In its latest 36-page report, the Central bank claimed that crypto’s rapidly increasing market value was defined mainly by its speculative demand for future growth, creating a false sense of need, ultimately developing a bubble. The report further stated that the sector also includes aspects of ‘financial pyramids,’ primarily since their price growth is mainly supported by the demand generated via new market entrants.
The statement initially had little effect on bitcoin, which on Thursday increased by as much as 3.7% against the dollar. The cryptocurrency, however, had fallen more than 10% from the day’s high by Friday afternoon in Asia, reaching its lowest point since August.
According to Vince Turcotte, Asia-Pacific sales director of Eventus Systems, the Russian regulators have been infuriated at the cryptocurrency business for several years. As a result, they haven’t entirely accepted cryptos and continue to follow no warnings on these digital assets.
Although the Russian plan was “somewhat tougher,” he continued, it was merely the most recent in a string of pronouncements on cryptocurrencies made by regulators worldwide, most of which were aimed at safeguarding retail investors.
Turcotte compared the state of affairs in Russia to those in China before to that country’s escalating campaign against the sector. He claimed that until they brought the hammer down, “nobody listened to [Chinese officials]. As a result, China declared all cryptocurrency-related operations unlawful last year.
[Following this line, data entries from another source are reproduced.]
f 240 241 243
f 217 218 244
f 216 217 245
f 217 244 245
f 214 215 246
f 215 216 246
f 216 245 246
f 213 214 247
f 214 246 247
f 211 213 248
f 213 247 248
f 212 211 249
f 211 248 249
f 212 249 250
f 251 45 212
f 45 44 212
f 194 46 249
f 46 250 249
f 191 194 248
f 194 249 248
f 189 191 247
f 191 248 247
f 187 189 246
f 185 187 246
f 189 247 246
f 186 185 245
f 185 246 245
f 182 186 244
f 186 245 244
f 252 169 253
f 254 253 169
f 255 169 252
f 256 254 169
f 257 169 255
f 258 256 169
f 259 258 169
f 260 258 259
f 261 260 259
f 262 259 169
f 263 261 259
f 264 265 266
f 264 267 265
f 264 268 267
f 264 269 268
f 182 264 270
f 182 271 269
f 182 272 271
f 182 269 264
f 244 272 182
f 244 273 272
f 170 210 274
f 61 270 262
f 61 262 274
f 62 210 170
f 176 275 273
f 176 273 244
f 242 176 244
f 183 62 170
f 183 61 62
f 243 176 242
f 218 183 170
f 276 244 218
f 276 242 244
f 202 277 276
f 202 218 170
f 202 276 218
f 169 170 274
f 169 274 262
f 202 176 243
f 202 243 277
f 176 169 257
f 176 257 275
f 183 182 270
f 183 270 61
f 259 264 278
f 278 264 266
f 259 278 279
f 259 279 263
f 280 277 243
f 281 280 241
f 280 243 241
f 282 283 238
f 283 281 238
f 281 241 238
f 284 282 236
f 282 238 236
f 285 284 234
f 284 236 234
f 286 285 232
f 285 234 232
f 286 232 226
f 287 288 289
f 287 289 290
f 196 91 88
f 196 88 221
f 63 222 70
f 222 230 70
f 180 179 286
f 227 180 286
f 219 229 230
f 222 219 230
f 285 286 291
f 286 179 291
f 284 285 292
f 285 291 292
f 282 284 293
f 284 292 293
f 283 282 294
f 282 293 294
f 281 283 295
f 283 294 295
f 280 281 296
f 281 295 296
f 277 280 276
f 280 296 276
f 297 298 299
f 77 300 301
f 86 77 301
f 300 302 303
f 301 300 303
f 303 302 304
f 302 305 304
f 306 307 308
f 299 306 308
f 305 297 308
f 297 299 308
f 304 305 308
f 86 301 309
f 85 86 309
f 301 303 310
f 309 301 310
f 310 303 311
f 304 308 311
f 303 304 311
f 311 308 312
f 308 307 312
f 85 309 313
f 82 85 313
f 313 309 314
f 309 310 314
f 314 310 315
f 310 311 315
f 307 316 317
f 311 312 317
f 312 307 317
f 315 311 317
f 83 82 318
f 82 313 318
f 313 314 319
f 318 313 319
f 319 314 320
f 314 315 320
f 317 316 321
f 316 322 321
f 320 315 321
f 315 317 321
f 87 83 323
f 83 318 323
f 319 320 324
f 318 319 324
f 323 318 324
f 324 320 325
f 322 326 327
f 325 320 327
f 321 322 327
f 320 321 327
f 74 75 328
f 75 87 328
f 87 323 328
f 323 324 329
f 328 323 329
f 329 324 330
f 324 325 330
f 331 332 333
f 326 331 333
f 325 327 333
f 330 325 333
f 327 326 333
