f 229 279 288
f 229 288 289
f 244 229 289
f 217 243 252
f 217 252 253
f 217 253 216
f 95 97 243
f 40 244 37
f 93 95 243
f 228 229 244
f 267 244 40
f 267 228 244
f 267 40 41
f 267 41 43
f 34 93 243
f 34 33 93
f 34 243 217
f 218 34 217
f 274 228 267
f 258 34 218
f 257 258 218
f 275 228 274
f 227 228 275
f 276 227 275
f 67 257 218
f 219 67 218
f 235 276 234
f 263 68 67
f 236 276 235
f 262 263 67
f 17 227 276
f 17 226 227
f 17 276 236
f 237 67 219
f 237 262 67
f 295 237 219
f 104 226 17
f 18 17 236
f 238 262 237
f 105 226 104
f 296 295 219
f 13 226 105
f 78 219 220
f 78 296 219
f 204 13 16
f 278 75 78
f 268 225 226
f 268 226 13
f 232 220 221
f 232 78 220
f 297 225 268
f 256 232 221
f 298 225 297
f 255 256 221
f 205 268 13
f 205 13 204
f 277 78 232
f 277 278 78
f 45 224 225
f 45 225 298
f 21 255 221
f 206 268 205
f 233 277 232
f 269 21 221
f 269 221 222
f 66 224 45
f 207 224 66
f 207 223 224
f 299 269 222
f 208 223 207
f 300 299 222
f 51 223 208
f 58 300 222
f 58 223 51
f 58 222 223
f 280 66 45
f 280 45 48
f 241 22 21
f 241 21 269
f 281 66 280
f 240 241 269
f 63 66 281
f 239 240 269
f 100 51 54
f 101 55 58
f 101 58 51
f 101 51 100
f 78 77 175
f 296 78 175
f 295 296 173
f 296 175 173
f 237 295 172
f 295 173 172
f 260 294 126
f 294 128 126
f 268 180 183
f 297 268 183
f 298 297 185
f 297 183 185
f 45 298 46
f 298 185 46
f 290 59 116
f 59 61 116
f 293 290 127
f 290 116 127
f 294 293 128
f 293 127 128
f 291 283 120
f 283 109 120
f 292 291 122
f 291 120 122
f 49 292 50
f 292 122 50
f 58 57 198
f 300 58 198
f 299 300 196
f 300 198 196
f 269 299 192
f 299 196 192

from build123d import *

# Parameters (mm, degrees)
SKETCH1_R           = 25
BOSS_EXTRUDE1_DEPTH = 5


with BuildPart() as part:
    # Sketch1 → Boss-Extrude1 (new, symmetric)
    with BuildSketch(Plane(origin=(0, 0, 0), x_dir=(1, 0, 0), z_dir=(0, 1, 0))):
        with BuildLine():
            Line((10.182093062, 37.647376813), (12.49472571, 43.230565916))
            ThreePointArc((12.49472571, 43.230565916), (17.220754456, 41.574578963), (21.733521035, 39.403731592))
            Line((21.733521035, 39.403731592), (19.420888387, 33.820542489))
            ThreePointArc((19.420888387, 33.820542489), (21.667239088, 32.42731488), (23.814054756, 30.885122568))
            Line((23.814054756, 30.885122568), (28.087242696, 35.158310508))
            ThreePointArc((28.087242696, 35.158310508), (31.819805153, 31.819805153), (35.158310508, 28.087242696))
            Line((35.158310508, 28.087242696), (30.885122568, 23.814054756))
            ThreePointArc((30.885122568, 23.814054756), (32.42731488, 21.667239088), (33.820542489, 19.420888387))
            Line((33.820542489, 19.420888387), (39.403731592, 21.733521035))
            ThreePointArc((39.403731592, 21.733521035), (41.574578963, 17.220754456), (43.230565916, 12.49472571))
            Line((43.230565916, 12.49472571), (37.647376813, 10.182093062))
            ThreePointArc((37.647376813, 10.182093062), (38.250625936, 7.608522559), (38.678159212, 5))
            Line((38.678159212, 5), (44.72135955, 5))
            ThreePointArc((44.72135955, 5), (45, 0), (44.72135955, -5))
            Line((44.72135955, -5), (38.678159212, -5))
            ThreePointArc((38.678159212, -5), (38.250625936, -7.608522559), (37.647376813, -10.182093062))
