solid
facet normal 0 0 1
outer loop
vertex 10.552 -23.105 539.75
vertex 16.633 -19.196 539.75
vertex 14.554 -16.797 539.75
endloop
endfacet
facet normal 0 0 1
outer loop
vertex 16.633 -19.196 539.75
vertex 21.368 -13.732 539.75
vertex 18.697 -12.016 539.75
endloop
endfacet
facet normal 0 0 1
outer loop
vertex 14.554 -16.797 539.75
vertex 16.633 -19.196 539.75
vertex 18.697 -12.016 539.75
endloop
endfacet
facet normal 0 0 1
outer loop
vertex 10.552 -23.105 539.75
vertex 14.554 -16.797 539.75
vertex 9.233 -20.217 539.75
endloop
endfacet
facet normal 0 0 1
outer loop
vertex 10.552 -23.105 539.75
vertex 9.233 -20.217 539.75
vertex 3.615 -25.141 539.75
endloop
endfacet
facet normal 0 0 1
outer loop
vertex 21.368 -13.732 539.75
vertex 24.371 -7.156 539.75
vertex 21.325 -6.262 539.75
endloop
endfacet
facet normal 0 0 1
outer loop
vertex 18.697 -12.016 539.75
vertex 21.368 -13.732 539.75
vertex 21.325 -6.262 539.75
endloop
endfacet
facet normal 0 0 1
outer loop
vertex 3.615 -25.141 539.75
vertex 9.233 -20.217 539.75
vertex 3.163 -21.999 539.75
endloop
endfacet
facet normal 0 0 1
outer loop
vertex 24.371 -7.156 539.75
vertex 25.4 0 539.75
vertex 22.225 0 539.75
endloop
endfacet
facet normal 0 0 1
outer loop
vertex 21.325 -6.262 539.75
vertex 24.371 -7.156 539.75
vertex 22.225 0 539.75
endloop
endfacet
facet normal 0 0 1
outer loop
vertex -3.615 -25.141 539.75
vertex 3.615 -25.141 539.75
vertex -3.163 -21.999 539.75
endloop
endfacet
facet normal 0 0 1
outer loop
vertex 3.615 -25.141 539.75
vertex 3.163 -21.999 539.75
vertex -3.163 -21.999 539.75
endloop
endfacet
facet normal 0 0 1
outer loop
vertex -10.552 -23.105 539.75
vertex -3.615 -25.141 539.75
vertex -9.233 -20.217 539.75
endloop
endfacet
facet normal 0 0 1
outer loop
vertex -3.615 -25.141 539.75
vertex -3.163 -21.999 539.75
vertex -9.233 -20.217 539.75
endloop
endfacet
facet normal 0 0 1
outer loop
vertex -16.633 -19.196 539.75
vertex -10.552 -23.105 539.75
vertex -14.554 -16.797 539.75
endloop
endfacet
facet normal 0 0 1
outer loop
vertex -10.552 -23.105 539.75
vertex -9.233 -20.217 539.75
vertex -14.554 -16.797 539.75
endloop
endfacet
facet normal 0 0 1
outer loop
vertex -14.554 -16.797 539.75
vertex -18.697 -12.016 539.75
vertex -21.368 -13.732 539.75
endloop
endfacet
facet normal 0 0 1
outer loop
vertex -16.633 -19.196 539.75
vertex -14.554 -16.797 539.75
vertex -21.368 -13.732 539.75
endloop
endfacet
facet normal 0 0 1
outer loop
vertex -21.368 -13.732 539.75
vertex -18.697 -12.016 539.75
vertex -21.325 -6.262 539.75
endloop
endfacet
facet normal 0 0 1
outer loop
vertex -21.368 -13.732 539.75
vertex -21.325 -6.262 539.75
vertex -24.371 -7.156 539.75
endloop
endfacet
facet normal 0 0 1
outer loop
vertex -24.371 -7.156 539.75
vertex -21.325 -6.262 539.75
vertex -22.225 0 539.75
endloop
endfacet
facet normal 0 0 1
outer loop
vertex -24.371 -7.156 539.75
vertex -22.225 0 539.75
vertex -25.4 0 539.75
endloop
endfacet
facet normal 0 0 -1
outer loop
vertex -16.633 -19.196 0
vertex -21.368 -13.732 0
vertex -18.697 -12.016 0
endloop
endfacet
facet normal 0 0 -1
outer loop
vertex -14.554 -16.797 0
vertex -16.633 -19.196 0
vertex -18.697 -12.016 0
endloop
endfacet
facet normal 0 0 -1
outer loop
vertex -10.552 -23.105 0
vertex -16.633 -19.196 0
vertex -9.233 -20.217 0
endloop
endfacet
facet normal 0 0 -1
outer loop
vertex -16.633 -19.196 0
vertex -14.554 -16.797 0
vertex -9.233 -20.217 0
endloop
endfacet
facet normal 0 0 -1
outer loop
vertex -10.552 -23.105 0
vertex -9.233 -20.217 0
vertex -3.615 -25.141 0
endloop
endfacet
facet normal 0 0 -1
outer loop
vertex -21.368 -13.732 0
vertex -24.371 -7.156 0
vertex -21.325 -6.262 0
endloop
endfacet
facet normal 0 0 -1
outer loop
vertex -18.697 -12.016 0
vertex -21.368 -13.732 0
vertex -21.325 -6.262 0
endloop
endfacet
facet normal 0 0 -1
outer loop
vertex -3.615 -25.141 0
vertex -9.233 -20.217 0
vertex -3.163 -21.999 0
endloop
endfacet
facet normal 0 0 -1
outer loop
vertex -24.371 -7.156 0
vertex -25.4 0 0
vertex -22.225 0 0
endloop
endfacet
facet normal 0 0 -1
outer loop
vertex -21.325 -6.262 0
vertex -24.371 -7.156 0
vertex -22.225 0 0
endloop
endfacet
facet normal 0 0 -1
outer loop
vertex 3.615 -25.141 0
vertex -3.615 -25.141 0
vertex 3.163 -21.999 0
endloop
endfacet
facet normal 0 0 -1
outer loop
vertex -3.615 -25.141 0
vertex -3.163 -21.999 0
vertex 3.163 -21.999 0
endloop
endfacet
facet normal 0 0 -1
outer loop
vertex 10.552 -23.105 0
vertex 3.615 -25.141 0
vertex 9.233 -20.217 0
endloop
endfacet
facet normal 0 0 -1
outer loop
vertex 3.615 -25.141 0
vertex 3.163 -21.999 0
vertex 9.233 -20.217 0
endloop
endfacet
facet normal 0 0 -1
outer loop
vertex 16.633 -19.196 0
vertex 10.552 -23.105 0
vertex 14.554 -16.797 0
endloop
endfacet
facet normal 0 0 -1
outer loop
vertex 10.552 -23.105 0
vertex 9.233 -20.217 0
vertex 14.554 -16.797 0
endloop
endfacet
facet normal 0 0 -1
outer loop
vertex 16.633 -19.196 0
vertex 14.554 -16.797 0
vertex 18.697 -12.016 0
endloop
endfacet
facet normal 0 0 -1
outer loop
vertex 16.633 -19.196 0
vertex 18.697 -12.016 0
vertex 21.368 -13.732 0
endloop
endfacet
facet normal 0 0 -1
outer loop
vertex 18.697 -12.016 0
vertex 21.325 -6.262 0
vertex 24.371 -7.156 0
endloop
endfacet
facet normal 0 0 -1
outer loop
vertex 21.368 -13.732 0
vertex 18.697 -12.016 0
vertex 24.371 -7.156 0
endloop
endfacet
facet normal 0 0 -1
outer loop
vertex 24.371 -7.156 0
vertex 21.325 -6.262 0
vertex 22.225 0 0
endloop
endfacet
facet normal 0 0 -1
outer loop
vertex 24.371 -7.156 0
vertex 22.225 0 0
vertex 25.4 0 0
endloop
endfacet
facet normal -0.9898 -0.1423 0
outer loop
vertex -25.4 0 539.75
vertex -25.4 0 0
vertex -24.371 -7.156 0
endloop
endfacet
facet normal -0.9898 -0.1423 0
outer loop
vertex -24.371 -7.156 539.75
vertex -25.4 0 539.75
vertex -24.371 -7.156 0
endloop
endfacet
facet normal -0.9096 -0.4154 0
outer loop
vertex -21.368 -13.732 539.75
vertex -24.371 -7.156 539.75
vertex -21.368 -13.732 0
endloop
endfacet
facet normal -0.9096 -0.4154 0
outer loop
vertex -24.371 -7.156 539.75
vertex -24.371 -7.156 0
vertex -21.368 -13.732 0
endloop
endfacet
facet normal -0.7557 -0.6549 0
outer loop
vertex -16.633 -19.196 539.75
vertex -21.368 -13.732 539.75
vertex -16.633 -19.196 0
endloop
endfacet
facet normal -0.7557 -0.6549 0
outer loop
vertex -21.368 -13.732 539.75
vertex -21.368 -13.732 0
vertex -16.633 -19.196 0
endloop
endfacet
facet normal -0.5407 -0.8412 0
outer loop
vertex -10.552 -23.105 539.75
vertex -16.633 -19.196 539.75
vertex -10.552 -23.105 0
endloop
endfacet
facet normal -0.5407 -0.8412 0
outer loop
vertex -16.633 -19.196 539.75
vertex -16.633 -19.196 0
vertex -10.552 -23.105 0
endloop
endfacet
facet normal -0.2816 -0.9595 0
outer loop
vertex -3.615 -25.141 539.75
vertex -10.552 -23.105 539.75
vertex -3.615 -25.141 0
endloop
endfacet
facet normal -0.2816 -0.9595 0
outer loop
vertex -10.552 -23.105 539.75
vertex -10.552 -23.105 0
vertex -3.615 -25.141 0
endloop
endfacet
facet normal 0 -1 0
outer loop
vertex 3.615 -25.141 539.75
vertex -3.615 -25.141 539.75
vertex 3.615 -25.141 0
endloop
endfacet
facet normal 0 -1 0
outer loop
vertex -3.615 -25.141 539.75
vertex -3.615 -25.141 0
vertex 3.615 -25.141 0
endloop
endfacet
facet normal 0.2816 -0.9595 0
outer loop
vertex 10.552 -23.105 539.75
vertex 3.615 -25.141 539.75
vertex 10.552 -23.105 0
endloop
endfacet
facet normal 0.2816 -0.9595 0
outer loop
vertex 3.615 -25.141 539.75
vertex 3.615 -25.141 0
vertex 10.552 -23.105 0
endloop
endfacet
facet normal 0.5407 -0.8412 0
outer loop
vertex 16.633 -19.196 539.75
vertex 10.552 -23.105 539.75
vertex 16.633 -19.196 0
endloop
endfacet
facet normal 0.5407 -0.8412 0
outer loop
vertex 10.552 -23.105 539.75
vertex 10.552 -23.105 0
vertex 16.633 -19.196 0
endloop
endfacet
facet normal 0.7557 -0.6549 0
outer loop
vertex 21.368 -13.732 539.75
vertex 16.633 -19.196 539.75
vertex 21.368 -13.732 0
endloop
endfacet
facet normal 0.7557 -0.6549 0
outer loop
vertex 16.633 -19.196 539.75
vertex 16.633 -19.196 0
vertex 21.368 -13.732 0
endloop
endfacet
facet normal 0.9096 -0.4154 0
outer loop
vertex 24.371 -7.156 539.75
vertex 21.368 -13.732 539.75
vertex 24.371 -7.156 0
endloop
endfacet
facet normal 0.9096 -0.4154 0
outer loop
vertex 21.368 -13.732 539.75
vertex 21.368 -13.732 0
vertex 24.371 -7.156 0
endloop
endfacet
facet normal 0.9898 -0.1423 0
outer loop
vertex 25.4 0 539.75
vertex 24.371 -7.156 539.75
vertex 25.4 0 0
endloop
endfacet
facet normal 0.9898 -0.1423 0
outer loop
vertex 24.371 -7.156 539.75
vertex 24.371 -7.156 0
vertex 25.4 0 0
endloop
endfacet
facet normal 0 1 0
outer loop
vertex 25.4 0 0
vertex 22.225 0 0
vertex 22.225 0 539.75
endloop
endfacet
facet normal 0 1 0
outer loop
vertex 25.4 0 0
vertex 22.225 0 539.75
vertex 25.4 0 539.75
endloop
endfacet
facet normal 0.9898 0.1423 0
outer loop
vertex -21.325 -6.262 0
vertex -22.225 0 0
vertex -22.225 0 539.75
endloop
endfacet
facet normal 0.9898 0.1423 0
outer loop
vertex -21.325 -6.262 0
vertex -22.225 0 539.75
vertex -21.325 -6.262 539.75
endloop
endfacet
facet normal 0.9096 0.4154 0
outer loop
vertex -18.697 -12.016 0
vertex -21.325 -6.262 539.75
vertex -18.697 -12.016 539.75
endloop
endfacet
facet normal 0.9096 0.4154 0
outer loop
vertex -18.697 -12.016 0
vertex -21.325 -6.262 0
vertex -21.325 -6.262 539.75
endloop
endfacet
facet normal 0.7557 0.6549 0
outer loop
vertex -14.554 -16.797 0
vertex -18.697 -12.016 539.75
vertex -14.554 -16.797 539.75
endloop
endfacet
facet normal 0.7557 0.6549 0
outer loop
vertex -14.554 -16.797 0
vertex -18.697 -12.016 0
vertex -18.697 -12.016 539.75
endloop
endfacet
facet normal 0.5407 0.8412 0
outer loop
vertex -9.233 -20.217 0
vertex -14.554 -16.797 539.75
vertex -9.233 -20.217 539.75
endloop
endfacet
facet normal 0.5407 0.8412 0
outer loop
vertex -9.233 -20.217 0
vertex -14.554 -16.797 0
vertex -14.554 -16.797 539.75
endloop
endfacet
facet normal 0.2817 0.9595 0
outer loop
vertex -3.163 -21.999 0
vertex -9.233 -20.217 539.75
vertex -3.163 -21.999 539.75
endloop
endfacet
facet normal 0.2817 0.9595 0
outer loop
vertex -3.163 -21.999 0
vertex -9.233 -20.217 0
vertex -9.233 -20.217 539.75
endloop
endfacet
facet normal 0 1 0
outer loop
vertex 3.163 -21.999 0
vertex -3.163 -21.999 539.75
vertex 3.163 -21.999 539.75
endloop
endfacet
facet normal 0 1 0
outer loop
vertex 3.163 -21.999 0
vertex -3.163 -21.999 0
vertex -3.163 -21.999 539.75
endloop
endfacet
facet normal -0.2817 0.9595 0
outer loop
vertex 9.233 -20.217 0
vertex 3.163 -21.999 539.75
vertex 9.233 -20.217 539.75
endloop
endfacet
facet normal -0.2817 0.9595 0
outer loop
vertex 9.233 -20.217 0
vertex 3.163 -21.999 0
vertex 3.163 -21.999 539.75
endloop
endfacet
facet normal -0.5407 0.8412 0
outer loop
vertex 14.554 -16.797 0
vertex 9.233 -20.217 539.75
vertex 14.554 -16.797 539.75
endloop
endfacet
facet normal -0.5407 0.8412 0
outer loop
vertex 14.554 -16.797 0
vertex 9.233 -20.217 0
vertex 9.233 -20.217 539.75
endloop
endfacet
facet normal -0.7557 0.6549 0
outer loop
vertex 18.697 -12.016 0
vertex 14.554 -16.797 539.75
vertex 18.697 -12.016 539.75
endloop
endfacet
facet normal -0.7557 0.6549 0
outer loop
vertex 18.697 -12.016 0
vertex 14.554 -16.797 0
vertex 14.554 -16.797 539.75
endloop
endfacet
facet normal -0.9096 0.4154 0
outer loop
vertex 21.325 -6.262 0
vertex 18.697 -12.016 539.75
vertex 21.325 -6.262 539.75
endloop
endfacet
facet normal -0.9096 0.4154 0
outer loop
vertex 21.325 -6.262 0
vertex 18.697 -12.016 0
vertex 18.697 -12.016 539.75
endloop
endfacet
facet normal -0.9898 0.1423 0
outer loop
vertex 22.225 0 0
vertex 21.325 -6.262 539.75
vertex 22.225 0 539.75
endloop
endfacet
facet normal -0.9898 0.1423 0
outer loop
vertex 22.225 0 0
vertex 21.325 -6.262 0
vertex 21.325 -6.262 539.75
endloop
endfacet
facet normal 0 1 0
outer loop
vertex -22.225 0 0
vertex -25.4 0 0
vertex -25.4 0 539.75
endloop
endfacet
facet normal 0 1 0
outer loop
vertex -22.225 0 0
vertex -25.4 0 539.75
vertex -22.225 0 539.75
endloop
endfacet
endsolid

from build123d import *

# Parameters (mm, degrees)
SKETCH1_R           = 25.4
SKETCH1_R_2         = 22.225
BOSS_EXTRUDE1_DEPTH = 914.4
CUT_EXTRUDE1_START  = -539.75
SKETCH2_R           = 25.4
CUT_EXTRUDE1_DEPTH  = 376.35528356
CUT_EXTRUDE3_DEPTH  = 541.943973531


with BuildPart() as part:
    # Sketch1 → Boss-Extrude1 (new body)
    with BuildSketch(Plane.XY):
        Circle(SKETCH1_R)
        Circle(SKETCH1_R_2, mode=Mode.SUBTRACT)
    extrude(amount=BOSS_EXTRUDE1_DEPTH)

    # Sketch2 → Cut-Extrude1 (cut, through all)
    with BuildSketch(Plane(origin=(0, 0, 0), x_dir=(-1, 0, 0), z_dir=(0, 0, -1)).offset(CUT_EXTRUDE1_START)):
        Circle(SKETCH2_R)
    extrude(amount=-CUT_EXTRUDE1_DEPTH, mode=Mode.SUBTRACT)

    # Sketch4 → Cut-Extrude3 (cut, through all)
    with BuildSketch(Plane.XY):
        with BuildLine():
            Line((-25.4, 0), (25.4, 0))
            ThreePointArc((25.4, 0), (0, 25.4), (-25.4, 0))
        make_face()
    extrude(amount=CUT_EXTRUDE3_DEPTH, mode=Mode.SUBTRACT)


solid = part.part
Volatility-wise, things can become much worse before they get better. So, over the long term, there will be an effort to increase openness by providing reserve proof.
It will be interesting to observe if more Bitcoin HODLers give in to pressure to sell their BTC.
The price of Bitcoin was $16,785.42. In the previous 24 hours, its price has increased by 1.15%, according to CoinMarketCap. Over the same time frame, its volume likewise increased by 56.39%.
Overall, almost every token has taken a major hit in the market. But, as an investor, would this be an opportunity for you?